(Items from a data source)
═══
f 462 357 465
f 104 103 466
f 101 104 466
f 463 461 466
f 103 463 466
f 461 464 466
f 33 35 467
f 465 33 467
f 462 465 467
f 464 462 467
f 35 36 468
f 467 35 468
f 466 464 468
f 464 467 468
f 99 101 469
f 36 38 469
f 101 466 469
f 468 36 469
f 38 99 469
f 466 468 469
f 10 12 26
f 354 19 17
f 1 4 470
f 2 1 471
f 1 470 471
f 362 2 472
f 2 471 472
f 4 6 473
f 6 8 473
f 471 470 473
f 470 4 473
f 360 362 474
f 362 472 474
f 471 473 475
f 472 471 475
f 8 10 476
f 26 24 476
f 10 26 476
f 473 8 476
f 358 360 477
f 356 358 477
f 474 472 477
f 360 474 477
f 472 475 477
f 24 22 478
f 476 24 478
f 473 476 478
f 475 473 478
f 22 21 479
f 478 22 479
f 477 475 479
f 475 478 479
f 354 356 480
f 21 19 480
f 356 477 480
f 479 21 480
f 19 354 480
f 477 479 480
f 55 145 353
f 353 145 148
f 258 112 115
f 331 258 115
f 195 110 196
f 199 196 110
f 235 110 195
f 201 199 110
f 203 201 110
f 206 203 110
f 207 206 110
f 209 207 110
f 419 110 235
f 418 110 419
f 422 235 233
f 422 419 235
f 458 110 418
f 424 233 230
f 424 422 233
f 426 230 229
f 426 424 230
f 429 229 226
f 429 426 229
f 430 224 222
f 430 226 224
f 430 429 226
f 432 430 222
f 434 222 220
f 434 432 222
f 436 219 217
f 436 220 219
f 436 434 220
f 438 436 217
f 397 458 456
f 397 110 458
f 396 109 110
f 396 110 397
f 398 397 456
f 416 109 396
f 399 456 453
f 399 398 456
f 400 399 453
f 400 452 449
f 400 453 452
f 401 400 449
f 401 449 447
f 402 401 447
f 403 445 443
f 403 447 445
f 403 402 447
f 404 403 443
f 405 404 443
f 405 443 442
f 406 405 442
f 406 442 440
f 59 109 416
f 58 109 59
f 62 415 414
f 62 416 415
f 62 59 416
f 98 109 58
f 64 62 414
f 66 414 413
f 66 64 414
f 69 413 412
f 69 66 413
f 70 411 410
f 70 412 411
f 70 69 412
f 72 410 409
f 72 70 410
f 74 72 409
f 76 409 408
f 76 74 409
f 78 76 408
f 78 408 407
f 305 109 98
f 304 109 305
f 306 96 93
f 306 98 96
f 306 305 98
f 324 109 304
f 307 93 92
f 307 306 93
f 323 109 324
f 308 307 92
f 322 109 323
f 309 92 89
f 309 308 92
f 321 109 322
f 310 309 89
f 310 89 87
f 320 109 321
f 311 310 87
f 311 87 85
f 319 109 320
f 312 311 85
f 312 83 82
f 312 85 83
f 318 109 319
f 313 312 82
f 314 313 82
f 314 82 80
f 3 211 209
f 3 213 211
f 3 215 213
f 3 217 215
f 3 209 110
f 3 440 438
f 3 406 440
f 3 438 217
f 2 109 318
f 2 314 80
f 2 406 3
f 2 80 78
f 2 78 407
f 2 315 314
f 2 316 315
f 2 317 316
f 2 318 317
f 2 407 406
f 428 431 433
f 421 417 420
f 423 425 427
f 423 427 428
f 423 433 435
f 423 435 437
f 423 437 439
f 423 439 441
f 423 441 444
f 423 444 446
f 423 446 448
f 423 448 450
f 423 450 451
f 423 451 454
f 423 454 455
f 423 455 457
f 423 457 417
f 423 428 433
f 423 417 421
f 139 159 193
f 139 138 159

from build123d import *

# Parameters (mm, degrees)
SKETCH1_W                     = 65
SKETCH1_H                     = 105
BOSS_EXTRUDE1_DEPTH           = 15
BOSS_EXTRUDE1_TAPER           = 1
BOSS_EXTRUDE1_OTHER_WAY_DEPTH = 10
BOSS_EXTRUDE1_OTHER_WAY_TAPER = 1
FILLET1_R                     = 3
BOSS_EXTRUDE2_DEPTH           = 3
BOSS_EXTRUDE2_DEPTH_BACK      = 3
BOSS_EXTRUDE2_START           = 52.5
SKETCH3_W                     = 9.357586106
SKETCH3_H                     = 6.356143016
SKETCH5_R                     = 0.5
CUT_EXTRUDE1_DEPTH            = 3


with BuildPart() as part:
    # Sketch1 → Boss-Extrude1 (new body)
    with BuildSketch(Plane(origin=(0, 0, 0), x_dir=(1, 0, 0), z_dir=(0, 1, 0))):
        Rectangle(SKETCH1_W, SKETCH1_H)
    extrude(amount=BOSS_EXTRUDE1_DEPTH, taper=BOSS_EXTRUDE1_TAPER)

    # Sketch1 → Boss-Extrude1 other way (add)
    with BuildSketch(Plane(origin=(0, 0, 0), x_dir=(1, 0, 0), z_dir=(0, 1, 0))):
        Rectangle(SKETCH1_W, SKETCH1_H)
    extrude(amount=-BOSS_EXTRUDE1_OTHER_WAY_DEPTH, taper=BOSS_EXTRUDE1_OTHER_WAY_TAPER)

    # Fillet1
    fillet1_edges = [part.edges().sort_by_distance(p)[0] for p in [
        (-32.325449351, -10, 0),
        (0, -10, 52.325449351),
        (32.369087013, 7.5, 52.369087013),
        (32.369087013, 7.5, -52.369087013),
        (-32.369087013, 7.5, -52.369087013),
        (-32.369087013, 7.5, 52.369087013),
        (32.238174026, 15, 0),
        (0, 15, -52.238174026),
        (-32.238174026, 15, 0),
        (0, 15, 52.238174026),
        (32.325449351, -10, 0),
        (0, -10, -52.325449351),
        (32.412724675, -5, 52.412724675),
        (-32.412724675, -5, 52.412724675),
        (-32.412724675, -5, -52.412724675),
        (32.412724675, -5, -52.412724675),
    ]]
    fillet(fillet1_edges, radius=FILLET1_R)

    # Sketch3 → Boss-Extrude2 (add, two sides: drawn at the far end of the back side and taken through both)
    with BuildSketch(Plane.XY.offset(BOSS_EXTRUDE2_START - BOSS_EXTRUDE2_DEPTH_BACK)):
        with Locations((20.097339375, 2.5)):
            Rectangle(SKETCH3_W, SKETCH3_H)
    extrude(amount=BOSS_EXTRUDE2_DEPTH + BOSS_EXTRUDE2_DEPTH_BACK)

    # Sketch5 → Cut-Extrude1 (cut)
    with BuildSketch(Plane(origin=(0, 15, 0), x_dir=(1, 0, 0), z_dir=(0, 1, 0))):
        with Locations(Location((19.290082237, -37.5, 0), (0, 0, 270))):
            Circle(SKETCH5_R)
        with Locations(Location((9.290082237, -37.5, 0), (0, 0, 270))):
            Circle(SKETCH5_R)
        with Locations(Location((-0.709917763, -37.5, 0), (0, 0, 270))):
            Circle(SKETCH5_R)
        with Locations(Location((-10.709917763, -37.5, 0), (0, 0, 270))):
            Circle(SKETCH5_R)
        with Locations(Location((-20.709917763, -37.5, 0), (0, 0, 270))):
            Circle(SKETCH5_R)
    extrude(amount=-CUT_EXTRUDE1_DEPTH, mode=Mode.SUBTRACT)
═══
From the records above, repeat exactly the lines from the one with "f 473 8 476" through the one with "f 258 112 115", both included.

[Result]:
f 473 8 476
f 358 360 477
f 356 358 477
f 474 472 477
f 360 474 477
f 472 475 477
f 24 22 478
f 476 24 478
f 473 476 478
f 475 473 478
f 22 21 479
f 478 22 479
f 477 475 479
f 475 478 479
f 354 356 480
f 21 19 480
f 356 477 480
f 479 21 480
f 19 354 480
f 477 479 480
f 55 145 353
f 353 145 148
f 258 112 115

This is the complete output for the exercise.